A primeira das pinturas do banquete tem como tema central uma grande torta de pavão – feita de massa onde se cozinha a carne do pavão. O pescoço e a cabeça do pássaro são erguidos em cima da massa e suas asas e penas da cauda são posicionadas ao redor dele, de modo que a torta represente o corpo do pássaro.

“Natureza morta com torta de peru”, Pieter Claesz (óleo sobre painel, 1627), Rijksmuseum

 A segunda pintura é notavelmente semelhante, apresentando uma torta de peru no lugar do pavão. A segunda imagem é literalmente modelada na primeira: ranhuras nas bordas da primeira pintura sugerem que Claesz não apenas usou o mesmo desenho para a segunda peça, mas também copiou diretamente da primeira pintura, criando um sistema de grade de cordas para permitir uma transferência mais precisa da imagem. Como nos verdadeiros banquetes, o pavão vinha primeiro.
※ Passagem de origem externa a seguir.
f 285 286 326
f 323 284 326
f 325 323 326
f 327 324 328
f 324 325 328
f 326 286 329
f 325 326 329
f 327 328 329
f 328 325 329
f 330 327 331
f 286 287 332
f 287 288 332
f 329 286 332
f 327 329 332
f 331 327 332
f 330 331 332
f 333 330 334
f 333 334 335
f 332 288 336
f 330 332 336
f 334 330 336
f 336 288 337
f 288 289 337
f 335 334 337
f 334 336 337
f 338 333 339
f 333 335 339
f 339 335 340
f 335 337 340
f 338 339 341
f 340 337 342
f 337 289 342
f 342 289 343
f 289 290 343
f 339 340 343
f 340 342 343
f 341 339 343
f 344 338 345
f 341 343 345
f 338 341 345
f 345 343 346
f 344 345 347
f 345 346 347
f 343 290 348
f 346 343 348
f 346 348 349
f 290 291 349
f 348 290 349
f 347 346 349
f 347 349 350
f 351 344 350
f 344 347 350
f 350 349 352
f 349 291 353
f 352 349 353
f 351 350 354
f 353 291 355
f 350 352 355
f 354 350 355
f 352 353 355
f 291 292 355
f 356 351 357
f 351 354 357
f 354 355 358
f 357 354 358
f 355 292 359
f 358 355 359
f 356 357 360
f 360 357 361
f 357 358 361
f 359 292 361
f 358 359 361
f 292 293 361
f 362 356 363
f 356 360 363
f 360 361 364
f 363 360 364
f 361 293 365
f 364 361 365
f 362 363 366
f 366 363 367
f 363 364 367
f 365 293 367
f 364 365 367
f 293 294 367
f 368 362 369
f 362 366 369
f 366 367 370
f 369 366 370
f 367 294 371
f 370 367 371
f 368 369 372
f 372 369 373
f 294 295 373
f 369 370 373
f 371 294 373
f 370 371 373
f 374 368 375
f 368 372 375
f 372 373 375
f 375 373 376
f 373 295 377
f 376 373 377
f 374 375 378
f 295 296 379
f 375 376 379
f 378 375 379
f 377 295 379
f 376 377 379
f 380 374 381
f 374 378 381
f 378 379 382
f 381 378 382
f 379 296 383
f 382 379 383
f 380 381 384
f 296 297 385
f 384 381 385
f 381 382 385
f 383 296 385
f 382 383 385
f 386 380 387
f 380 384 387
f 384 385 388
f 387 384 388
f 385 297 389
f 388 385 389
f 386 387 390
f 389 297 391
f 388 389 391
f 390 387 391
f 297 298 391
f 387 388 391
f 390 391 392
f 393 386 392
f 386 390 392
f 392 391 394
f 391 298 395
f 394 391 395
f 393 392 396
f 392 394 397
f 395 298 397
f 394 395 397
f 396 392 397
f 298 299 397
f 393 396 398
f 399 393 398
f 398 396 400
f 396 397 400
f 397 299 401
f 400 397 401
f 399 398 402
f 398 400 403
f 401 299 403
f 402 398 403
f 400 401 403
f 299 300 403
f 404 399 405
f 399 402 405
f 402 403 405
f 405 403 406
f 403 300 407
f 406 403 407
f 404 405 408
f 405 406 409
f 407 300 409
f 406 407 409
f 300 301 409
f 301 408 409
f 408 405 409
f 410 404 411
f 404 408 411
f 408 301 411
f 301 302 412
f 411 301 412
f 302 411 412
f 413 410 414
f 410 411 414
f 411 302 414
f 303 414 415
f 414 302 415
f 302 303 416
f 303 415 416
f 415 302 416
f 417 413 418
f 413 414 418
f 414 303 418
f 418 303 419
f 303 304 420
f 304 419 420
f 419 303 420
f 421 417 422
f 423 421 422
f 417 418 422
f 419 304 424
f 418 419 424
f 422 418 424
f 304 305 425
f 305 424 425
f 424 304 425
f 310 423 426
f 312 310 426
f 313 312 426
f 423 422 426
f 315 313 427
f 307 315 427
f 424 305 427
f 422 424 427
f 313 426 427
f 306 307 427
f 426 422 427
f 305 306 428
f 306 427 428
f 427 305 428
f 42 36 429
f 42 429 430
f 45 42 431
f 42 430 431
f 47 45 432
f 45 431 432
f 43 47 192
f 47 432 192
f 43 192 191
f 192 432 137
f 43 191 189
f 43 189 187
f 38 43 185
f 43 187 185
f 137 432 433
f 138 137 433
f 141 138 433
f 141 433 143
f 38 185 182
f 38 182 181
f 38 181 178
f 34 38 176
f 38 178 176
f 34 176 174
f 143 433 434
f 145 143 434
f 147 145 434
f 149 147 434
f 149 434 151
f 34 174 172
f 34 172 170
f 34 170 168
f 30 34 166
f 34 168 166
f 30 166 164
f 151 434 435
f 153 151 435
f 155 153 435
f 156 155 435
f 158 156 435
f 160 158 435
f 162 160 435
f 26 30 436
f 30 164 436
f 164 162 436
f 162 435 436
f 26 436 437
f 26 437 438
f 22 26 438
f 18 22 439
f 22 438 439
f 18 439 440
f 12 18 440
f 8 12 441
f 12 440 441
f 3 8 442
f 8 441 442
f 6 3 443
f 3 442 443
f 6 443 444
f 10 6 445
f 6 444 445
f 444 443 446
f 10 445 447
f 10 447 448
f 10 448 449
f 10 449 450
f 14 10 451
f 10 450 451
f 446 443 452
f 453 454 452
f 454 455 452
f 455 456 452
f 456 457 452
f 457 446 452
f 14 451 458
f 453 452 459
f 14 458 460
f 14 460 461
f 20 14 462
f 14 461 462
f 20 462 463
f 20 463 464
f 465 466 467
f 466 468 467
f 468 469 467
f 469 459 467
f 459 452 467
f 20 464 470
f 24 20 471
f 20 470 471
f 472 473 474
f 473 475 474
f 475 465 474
O pavão e o peru são as peças centrais de suas respectivas pinturas, que também retratam outros bens de luxo importados de todo o mundo, como pratos de porcelana da China, uma concha de nautilus do Indo-Pacífico e facas com cabo de marfim. As próprias tortas incluiriam especiarias do sul da Ásia e do sudeste asiático, como canela, cravo, gengibre e macis – a película que envolve a noz moscada.

Não muito diferente das casas de gingerbread de hoje, os pavões, os perus e as elaboradas tortas feitas com eles não eram necessariamente consumidas, embora as pessoas pudessem comê-las durante a festa. Os primeiros banquetes modernos eram uma forma de teatro doméstico: a encenação e a apresentação da comida eram cuidadosamente elaboradas para criar uma experiência envolvente.
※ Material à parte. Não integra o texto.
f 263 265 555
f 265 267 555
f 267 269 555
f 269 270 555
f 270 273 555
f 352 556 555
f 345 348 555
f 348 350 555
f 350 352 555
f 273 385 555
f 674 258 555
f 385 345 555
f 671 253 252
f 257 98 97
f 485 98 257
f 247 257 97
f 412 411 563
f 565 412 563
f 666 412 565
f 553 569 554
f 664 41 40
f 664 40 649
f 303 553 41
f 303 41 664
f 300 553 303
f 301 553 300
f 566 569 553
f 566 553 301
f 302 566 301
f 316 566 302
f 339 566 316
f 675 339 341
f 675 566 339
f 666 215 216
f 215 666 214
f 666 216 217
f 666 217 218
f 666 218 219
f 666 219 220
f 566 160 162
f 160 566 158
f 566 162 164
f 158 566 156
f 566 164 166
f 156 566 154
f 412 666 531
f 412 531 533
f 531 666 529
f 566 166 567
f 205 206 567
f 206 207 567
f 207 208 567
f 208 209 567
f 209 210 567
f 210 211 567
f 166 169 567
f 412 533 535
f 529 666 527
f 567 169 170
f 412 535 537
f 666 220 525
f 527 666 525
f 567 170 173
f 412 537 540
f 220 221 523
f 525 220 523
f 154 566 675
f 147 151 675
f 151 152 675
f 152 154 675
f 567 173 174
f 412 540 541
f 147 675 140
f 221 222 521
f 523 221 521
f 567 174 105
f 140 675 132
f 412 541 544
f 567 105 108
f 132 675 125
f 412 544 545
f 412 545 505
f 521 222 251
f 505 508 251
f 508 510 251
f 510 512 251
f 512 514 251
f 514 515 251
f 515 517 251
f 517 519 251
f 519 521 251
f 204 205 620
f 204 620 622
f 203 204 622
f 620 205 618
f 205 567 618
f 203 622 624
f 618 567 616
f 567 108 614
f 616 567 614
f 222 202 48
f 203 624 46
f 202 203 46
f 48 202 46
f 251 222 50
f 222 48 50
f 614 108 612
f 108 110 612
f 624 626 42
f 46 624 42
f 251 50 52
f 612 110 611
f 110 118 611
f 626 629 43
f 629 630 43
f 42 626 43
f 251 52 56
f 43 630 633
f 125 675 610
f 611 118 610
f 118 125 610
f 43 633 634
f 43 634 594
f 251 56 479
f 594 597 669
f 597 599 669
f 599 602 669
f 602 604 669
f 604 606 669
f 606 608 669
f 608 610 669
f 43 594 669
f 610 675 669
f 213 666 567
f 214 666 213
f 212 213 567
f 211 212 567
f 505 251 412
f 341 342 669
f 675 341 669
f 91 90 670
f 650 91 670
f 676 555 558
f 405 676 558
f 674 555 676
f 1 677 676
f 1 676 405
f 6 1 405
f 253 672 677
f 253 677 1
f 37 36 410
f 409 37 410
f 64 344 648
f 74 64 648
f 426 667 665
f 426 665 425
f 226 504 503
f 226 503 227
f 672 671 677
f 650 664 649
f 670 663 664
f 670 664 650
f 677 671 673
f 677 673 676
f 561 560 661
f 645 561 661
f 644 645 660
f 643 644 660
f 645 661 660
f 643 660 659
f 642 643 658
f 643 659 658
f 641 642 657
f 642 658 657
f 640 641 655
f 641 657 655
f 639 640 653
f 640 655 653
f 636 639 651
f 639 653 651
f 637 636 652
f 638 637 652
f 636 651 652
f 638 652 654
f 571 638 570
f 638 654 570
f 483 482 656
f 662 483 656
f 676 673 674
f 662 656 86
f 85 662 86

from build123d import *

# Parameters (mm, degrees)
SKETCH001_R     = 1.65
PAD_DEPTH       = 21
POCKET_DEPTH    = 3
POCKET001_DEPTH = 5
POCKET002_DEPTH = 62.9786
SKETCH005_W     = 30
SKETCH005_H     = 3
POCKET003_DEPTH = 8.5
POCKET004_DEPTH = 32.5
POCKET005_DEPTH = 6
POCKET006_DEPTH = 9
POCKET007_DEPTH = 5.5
Devido à semelhança em tamanho e aparência, o pavão e o peru poderiam ser substituídos nessas apresentações. Por exemplo, em seu livro marcante sobre escultura de carne, Vincenzo Cervio – um renomado trinchante italiano – trata pavão e peru juntos. Seu método de trinchar carnes – conhecido como método italiano – consistia em segurar a ave no ar sobre um garfo, para que a carne e seu entalhe pudessem ser observados por todos. A fusão imediata de pavão e peru no seu livro de 1581 também demonstra a rapidez com que o peru foi adoptado em Itália, após a sua introdução em Espanha.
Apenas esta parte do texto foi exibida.